WORK REQUEST: Find the line with "Line((10.4775, -97.79), (37.1475, -97.79))" in the records below. Copy it and every line after it, up to and including the line with "FreeCAD Python script".

DATA IN THIS EXERCISE:
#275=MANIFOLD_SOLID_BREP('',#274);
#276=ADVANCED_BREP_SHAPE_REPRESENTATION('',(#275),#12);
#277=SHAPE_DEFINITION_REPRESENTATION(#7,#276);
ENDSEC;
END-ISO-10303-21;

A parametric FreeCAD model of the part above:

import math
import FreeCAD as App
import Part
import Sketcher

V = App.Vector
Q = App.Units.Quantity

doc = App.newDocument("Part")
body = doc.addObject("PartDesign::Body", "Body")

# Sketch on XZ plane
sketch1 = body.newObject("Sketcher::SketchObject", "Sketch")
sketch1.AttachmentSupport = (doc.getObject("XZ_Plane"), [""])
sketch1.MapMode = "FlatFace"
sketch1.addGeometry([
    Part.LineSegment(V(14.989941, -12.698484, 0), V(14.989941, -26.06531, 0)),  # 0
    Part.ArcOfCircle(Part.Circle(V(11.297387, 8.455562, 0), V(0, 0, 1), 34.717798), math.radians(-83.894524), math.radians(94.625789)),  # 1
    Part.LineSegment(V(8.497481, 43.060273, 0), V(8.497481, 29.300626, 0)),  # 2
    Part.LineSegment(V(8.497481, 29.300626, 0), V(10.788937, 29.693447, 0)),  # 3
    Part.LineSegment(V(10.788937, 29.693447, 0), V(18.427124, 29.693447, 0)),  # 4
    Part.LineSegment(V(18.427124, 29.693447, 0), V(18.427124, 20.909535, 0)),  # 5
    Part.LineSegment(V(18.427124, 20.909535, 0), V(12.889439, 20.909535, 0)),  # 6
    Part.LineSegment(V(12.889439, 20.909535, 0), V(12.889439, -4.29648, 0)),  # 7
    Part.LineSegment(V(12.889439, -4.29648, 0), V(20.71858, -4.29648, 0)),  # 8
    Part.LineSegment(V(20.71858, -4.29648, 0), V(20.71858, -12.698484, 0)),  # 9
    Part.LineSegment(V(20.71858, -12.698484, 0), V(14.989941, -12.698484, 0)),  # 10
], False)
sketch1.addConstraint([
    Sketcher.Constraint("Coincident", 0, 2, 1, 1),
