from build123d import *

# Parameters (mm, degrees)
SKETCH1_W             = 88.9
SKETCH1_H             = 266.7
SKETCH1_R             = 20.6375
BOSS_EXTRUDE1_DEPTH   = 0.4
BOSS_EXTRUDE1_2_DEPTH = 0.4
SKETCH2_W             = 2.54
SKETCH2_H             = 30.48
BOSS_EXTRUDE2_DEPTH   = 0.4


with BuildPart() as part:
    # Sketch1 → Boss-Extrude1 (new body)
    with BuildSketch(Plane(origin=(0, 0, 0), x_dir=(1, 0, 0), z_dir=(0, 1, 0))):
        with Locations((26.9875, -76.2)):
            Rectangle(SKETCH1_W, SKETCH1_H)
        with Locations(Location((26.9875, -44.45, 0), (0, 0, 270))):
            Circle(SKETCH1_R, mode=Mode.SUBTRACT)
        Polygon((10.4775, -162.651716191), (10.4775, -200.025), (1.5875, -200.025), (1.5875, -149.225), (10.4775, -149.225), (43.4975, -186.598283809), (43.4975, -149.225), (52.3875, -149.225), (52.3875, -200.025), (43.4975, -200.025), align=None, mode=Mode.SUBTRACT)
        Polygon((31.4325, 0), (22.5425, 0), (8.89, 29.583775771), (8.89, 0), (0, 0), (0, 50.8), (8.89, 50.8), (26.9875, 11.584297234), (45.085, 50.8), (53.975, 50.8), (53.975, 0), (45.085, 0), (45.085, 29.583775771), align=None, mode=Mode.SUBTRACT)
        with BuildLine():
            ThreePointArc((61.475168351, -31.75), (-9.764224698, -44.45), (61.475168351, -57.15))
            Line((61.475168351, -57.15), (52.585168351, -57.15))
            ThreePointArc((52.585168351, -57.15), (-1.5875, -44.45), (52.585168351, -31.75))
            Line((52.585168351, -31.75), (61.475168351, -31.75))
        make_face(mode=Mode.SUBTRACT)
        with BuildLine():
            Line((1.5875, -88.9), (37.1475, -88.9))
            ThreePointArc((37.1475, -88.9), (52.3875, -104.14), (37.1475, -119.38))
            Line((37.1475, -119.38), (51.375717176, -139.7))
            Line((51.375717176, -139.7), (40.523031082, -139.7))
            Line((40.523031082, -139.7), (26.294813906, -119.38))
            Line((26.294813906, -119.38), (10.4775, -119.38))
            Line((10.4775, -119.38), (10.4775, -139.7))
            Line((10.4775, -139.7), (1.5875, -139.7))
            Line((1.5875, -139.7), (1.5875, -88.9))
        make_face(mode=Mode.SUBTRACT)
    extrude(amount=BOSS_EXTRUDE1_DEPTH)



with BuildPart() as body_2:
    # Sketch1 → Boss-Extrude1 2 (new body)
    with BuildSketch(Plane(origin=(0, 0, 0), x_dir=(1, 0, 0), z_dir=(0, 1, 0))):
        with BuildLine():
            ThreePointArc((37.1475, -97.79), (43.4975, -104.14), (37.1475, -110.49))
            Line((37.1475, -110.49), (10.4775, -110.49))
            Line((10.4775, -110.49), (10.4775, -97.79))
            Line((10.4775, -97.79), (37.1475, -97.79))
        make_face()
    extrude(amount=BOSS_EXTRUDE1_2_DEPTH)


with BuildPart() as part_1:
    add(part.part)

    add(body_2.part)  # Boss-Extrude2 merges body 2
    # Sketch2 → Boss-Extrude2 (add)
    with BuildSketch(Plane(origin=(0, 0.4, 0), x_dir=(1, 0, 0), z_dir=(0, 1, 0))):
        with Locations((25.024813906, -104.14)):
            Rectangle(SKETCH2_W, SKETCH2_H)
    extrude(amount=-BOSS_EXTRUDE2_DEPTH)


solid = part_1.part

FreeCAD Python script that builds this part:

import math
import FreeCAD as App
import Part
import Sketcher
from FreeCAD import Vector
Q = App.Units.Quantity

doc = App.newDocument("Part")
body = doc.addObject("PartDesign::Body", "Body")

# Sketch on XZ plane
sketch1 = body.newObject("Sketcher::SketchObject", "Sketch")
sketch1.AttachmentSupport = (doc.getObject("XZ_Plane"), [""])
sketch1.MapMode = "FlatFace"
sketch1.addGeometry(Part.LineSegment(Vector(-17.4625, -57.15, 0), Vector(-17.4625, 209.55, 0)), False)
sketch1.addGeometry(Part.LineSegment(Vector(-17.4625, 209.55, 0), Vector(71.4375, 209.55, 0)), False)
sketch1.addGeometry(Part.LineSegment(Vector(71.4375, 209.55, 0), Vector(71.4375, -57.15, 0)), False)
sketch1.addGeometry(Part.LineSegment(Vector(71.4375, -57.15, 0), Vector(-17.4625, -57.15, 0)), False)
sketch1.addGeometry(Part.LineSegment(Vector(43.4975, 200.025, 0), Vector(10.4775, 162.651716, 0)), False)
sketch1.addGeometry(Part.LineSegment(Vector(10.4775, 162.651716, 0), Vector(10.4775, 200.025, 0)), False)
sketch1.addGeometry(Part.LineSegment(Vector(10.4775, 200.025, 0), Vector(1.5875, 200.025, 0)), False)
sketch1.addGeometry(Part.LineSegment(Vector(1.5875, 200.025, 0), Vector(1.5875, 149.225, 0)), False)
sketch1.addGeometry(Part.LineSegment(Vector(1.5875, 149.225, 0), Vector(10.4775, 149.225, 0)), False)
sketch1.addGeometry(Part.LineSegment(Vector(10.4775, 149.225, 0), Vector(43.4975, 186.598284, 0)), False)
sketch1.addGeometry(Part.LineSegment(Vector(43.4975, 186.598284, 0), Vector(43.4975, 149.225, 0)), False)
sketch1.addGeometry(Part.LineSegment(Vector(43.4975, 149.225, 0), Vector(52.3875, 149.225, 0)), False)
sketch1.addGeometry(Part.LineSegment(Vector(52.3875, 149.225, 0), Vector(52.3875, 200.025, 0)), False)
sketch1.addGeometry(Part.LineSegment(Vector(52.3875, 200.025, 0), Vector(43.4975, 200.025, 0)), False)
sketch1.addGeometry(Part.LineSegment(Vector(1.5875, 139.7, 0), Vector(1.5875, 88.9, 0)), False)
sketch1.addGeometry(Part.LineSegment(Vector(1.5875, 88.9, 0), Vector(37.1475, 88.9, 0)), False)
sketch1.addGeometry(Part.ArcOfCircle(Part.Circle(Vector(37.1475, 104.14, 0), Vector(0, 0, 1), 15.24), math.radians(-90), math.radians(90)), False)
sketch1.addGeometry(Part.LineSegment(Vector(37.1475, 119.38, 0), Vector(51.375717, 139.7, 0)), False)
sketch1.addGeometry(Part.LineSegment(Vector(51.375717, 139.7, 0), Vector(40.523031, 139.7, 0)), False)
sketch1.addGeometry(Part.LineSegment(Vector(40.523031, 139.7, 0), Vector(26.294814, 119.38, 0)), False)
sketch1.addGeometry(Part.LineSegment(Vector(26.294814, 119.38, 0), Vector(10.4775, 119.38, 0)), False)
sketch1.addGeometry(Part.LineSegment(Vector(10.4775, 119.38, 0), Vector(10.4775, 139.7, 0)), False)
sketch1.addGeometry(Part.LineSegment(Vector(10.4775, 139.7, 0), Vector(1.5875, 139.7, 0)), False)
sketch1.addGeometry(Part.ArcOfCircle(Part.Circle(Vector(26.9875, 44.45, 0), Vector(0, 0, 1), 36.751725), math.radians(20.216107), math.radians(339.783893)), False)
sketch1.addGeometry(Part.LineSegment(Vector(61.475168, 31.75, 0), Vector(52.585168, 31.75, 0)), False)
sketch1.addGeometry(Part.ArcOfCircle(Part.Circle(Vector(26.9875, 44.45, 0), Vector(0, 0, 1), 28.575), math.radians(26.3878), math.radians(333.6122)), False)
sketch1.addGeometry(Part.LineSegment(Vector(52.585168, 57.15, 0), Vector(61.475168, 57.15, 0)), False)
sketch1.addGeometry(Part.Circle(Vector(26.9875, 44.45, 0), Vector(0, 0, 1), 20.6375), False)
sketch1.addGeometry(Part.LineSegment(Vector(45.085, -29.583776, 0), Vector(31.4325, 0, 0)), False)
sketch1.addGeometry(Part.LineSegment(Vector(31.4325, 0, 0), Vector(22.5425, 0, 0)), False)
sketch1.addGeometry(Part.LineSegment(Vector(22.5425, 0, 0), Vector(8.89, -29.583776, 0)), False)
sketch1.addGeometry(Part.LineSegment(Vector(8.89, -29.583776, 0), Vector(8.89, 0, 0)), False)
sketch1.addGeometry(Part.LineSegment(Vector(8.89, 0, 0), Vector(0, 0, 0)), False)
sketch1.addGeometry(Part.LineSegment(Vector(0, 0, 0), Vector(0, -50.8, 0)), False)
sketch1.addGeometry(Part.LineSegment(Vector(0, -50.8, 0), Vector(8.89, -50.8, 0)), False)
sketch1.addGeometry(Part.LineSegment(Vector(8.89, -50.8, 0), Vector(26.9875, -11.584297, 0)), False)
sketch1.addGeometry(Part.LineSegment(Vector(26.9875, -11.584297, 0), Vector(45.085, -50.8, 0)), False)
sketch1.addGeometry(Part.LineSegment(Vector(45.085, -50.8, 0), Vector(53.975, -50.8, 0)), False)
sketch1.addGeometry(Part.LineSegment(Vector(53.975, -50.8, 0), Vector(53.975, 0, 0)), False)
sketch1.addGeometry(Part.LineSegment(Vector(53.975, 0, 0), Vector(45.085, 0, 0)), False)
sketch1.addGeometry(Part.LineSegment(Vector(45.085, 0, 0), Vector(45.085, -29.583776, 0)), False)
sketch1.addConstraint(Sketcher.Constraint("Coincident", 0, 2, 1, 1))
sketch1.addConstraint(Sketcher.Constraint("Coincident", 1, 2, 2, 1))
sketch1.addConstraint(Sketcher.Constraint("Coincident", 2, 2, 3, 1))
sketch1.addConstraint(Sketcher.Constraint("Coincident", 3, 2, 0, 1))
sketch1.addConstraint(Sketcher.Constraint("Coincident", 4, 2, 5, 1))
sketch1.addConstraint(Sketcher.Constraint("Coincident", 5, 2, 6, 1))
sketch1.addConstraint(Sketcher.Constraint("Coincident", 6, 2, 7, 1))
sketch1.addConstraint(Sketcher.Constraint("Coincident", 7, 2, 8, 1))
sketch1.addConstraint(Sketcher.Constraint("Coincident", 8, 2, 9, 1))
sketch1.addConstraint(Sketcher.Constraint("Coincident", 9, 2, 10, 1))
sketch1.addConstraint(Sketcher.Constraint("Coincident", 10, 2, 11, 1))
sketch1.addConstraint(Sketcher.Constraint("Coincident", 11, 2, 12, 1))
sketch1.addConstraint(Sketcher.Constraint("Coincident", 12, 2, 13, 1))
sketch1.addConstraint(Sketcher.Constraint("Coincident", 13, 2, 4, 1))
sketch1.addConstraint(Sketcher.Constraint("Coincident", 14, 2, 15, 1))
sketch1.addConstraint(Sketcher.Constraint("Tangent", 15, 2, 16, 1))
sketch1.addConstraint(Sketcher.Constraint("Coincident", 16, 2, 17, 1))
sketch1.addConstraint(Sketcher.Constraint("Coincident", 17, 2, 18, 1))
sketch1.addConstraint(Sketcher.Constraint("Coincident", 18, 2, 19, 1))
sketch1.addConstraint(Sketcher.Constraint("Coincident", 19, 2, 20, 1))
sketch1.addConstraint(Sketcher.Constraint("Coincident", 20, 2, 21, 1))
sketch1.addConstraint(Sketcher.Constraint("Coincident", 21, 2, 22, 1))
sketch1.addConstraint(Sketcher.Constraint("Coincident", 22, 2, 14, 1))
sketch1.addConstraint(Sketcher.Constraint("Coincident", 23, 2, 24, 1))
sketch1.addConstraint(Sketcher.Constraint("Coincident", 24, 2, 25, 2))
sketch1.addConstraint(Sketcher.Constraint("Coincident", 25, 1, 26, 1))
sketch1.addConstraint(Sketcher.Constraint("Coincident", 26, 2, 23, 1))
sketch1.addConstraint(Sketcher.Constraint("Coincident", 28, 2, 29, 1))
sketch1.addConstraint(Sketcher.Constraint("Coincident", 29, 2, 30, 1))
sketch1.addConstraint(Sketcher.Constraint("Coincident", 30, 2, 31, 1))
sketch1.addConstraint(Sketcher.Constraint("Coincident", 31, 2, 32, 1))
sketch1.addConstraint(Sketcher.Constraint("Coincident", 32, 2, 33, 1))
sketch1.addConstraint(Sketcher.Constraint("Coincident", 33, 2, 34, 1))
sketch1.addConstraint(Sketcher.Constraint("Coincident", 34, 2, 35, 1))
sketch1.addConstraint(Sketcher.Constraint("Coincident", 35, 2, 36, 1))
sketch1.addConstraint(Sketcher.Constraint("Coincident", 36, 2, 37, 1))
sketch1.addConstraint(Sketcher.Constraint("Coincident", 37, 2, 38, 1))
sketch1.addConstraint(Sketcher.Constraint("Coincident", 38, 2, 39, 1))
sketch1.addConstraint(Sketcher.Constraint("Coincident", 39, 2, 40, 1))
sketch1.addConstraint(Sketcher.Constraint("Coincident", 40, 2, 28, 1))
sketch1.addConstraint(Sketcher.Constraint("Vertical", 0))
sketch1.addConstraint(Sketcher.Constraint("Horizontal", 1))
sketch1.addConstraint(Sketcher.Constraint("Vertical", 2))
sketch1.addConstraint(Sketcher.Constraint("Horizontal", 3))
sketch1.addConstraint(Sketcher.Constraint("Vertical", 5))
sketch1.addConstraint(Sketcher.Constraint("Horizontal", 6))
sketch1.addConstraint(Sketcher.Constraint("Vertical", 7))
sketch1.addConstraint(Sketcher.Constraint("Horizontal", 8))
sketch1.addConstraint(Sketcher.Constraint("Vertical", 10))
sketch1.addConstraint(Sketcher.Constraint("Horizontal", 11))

TASK ANSWER:
            Line((10.4775, -97.79), (37.1475, -97.79))
        make_face()
    extrude(amount=BOSS_EXTRUDE1_2_DEPTH)


with BuildPart() as part_1:
    add(part.part)

    add(body_2.part)  # Boss-Extrude2 merges body 2
    # Sketch2 → Boss-Extrude2 (add)
    with BuildSketch(Plane(origin=(0, 0.4, 0), x_dir=(1, 0, 0), z_dir=(0, 1, 0))):
        with Locations((25.024813906, -104.14)):
            Rectangle(SKETCH2_W, SKETCH2_H)
    extrude(amount=-BOSS_EXTRUDE2_DEPTH)


solid = part_1.part

FreeCAD Python script that builds this part:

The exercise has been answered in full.